─── DATA IN THIS EXERCISE ───
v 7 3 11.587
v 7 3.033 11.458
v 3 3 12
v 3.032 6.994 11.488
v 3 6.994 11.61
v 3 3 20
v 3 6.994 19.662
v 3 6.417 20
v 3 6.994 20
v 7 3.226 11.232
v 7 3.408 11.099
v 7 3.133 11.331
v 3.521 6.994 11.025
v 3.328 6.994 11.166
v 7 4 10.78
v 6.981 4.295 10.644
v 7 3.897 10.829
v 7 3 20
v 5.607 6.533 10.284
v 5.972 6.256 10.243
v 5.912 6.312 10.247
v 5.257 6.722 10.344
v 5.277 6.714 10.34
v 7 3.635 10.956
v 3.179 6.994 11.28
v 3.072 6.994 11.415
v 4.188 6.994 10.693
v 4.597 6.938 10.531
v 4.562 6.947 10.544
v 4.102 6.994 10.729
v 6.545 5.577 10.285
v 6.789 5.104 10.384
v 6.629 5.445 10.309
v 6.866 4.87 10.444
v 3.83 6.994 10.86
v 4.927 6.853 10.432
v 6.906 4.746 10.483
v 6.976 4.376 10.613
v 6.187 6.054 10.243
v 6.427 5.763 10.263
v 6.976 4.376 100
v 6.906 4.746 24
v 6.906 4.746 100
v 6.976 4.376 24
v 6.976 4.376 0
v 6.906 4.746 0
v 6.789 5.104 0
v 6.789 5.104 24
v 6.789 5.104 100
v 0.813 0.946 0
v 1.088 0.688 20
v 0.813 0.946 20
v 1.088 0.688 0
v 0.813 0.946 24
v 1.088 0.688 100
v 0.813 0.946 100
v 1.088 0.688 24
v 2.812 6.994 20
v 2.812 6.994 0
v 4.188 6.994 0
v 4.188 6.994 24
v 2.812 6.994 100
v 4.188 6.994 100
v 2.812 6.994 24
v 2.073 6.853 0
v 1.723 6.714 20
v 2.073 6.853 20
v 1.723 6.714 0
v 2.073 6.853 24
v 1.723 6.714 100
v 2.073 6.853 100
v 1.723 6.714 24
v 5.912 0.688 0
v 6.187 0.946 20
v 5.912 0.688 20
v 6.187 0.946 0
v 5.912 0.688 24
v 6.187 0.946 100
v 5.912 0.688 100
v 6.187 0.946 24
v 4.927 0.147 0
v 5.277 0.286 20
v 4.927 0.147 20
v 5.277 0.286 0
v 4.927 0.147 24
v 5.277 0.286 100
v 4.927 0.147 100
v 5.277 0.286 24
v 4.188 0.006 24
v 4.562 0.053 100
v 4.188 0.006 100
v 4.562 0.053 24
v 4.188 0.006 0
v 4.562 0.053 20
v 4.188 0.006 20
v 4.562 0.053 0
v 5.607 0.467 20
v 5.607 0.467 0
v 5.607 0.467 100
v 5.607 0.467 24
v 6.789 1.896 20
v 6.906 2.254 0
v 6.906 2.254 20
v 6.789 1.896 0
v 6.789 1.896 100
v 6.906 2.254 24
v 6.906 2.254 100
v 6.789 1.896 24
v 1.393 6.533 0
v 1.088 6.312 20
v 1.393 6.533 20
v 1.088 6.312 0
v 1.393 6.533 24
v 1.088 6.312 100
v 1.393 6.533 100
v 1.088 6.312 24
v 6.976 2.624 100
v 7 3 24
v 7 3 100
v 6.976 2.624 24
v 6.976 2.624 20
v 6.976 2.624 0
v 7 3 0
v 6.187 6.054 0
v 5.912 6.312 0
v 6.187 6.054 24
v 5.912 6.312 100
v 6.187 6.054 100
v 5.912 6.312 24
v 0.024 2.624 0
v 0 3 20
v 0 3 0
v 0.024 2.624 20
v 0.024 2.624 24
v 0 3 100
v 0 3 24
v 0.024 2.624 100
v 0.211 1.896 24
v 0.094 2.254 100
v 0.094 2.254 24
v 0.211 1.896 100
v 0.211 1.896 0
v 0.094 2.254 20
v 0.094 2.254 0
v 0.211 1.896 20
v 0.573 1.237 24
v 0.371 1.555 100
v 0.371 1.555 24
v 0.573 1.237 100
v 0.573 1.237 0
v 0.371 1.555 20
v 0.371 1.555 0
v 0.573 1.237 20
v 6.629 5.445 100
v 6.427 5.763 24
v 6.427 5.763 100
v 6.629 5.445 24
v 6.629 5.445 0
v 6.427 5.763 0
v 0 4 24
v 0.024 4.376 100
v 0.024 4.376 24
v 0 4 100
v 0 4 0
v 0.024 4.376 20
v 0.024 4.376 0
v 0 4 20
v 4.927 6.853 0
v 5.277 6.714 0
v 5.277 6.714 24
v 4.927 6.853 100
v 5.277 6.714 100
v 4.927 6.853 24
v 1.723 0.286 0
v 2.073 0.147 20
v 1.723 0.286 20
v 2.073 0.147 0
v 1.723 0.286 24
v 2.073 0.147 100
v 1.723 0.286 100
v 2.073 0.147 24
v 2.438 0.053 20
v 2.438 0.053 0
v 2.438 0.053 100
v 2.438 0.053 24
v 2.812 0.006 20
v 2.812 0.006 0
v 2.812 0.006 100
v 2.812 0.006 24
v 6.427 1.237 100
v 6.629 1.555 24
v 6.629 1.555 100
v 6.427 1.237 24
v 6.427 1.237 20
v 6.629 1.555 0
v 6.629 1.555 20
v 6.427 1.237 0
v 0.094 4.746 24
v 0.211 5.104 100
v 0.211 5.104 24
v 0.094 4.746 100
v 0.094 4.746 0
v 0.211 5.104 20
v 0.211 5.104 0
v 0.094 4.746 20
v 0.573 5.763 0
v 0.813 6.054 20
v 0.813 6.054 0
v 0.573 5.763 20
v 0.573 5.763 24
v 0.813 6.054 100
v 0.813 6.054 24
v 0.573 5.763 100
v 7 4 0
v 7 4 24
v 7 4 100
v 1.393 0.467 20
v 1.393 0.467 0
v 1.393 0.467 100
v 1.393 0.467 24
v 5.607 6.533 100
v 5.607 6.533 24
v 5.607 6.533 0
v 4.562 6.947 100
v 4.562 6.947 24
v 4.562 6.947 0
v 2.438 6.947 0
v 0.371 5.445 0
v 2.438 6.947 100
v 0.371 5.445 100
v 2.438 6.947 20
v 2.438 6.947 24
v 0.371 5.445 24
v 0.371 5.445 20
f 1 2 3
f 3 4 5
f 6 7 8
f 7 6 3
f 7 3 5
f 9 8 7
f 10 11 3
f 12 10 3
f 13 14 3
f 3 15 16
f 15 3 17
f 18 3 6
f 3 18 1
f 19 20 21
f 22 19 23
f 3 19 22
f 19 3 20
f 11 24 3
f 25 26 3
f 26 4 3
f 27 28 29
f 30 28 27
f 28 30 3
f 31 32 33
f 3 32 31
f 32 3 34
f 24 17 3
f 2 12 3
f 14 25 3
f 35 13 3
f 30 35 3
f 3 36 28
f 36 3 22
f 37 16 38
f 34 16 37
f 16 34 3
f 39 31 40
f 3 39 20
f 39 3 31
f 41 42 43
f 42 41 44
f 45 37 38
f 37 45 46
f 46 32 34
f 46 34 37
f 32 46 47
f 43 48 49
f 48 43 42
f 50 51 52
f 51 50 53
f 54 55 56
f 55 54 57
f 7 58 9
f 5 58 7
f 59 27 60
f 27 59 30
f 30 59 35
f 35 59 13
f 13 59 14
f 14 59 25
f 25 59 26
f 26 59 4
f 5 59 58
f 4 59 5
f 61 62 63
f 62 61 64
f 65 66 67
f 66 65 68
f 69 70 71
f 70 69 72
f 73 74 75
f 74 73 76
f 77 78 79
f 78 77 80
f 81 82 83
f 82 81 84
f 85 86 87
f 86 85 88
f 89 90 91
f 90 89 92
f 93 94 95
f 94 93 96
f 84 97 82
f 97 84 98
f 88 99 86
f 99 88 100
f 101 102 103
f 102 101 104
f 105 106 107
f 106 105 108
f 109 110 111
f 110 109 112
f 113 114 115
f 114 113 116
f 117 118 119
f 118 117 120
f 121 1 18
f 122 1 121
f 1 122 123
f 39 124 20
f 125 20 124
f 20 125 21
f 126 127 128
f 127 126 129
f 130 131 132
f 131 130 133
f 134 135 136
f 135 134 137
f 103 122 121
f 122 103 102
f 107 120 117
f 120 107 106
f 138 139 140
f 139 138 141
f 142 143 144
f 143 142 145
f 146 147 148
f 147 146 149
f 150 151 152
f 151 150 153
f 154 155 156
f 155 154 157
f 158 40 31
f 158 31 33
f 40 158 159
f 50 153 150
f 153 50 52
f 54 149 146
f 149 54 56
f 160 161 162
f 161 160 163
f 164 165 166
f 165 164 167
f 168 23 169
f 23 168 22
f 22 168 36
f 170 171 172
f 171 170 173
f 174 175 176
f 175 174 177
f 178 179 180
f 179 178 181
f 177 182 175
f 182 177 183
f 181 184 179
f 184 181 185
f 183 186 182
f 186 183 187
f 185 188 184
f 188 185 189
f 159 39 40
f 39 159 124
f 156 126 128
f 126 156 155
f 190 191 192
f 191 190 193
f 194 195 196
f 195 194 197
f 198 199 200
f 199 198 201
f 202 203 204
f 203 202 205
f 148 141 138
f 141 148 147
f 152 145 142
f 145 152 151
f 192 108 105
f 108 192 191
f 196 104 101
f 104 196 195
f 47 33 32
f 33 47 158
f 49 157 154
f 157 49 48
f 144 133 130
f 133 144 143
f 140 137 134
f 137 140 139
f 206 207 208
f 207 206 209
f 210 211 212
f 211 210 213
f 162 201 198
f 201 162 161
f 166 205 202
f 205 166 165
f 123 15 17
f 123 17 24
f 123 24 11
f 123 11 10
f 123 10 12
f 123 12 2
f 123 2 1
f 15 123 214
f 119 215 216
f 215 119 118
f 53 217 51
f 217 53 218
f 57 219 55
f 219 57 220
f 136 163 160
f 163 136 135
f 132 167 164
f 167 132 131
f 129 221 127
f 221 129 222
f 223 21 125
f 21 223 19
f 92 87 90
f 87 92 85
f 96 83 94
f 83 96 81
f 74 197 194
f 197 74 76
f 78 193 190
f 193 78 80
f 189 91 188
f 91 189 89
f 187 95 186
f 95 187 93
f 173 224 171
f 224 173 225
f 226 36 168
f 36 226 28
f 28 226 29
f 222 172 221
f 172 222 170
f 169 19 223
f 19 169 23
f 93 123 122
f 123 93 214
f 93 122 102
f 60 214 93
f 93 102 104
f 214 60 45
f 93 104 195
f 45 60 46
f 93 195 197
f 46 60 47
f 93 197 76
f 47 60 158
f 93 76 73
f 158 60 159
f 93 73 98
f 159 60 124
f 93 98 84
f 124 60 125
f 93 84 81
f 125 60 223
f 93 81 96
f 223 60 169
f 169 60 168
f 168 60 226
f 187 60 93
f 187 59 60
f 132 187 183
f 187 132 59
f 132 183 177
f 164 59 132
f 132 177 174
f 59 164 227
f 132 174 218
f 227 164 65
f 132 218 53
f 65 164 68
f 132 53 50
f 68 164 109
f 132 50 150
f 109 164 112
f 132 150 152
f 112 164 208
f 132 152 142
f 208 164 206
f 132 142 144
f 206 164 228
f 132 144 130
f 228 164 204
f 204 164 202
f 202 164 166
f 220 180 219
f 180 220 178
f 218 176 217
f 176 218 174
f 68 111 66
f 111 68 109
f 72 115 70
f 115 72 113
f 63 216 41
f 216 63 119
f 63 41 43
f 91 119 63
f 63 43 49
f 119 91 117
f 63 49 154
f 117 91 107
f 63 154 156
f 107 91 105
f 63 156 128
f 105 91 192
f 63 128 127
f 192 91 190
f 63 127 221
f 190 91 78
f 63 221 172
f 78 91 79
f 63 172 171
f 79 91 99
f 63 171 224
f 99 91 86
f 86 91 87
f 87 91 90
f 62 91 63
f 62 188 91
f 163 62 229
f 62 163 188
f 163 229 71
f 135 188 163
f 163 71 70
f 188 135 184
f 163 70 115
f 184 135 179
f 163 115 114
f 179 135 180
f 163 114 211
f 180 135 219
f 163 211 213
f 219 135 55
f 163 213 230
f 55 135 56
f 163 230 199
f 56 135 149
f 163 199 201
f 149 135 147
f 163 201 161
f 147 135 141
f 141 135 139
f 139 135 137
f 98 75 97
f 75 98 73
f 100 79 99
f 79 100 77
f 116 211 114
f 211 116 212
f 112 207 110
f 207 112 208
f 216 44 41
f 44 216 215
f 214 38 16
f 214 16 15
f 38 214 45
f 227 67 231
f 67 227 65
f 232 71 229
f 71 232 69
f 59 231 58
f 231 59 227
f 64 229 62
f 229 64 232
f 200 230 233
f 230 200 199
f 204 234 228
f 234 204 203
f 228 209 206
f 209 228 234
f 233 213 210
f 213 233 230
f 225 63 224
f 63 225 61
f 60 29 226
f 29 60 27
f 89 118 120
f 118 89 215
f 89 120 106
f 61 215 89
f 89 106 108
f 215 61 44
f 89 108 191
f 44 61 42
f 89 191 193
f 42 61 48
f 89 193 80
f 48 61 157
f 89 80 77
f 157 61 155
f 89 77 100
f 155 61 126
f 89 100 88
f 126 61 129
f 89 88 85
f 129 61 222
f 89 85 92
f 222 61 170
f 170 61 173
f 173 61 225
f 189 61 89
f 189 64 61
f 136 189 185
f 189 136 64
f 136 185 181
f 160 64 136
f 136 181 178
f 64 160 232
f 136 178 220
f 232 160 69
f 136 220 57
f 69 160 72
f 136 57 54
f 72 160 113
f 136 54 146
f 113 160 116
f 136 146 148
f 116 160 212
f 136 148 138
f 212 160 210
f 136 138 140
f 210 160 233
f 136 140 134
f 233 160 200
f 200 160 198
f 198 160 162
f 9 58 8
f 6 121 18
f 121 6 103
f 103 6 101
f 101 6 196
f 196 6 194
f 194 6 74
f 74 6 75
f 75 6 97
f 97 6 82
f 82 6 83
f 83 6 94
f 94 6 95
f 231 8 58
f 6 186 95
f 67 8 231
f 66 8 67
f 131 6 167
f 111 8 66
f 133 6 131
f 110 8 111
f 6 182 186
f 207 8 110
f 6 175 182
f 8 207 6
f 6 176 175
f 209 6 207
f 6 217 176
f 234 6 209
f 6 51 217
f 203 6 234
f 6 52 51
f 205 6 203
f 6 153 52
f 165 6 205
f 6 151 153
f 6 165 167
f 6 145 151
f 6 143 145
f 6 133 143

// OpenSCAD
// file: ../../lib/util_functions.scad
function sum(v) = [for(p = v) 1] * v;

function take_sum(v, i) = i == 0 
  ? 0 
  : sum([for (a = [0:i-1]) v[a]]);

// input : nested list
// output : list with the outer level nesting removed
function flatten(l) = [ for (a = l) for (b = a) b ] ;
// file: ../../lib/rounded_square.scad
$bleed = 1;
$rounding = 3;

module rounded_square(size) {
  inner_size = [
    size[0] - $rounding * 2,
    size[1] - $rounding * 2,
  ];

  minkowski() {
    translate([$rounding, $rounding, 0]) {
      square(inner_size);
    }
    circle($rounding);
  }
}
// file: ../../lib/grid_layout.scad
include <./util_functions.scad>

$wall_thickness = 2;

function total_wall_size(count = 1) = (count + 1) * $wall_thickness;

function usable_size(length, count = 1) = length - total_wall_size(count);

function item_size(length, count = 1, i = 0) = usable_size(length, count) / count;

function axis_offset(v, i) = take_sum(v, i) + $wall_thickness * i;

// Get the offset to place the item at the given grid position
function grid_offset(grid, pos) = [
  axis_offset(grid[0], pos[0] ? pos[0] : 0), 
  axis_offset(grid[1], pos[1] ? pos[1] : 0), 
  axis_offset(grid[2], pos[2] ? pos[2] : 0), 
];

// Get the size of the item at given grid position
function grid_size(grid, pos) = [
  grid[0][pos[0] ? pos[0]: 0],
  grid[1][pos[1] ? pos[1]: 0],
  grid[2][pos[2] ? pos[2]: 0],
];

// Make an evenly split grid
function make_even_grid(size, cols, rows) = [
  [for (i=[0:cols-1]) item_size(size[0], cols)],
  [for (i=[0:rows-1]) item_size(size[1], rows)],
  [size[2]],
];

// TODO items that take 100% of an axis wont ever have a value
// totally unable to handle differing rows / columns
// revert to lower level functions for manual placements
// file: ../../lib/rounded_cube.scad
include <./rounded_square.scad>

$bleed = 1;
$rounding = 3;

// Render a rounded cube
// flat_top: do not round the top edges
// flat_bottom: do not round the bottom edges
// flat: equals flat_top && flat_bottom
// 
// Limitations:
// requires height > $rounding * 2
// flat_top || flat_bottom requires height > $rounding
// flat_top && flat_bottom requires height > $bleed
module rounded_cube(
  size, 
  flat=false, 
  flat_top=false, 
  flat_bottom=false,
  side_rounding=-1
) {
  _flat = flat || (flat_top && flat_bottom);
  _flat_top = flat_top || flat;
  _flat_bottom = flat_bottom || flat;
  _rounding = min($rounding, size[2] / 2);
  _side_rounding = side_rounding > -1 ? side_rounding: $rounding;

  assert(_side_rounding >= $rounding, "side rounding cannot be less than rounding");

  top_height = _flat_top ? 0: _rounding;
  bottom_height = _flat_bottom ? 0: _rounding;

  cube_size = [
    size[0] - _rounding * 2,
    size[1] - _rounding * 2,
    size[2] - (top_height + bottom_height)
  ];

  if (_flat_top && _flat_bottom) {
     linear_extrude(cube_size[2]) {
       rounded_square([size[0], size[1]]);
     }
  } else {
    minkowski() {
      translate([_rounding, _rounding, bottom_height]) {
        if (_side_rounding != _rounding) {
          linear_extrude(cube_size[2]) {
            rounded_square([cube_size[0], cube_size[1]], $rounding=_side_rounding);
          }
        } else {
          cube(cube_size);
        }
      }

      if (_flat_top) {
        difference() {
          sphere(_rounding);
───
» **TASK ITEM**: Taking the lines above, repeat exactly those from the line that contains "f 219 57 220" through the line that contains "f 36 226 28", and both of those lines as well. Include nothing else.

» **TASK OUTPUT**:
f 219 57 220
f 136 163 160
f 163 136 135
f 132 167 164
f 167 132 131
f 129 221 127
f 221 129 222
f 223 21 125
f 21 223 19
f 92 87 90
f 87 92 85
f 96 83 94
f 83 96 81
f 74 197 194
f 197 74 76
f 78 193 190
f 193 78 80
f 189 91 188
f 91 189 89
f 187 95 186
f 95 187 93
f 173 224 171
f 224 173 225
f 226 36 168
f 36 226 28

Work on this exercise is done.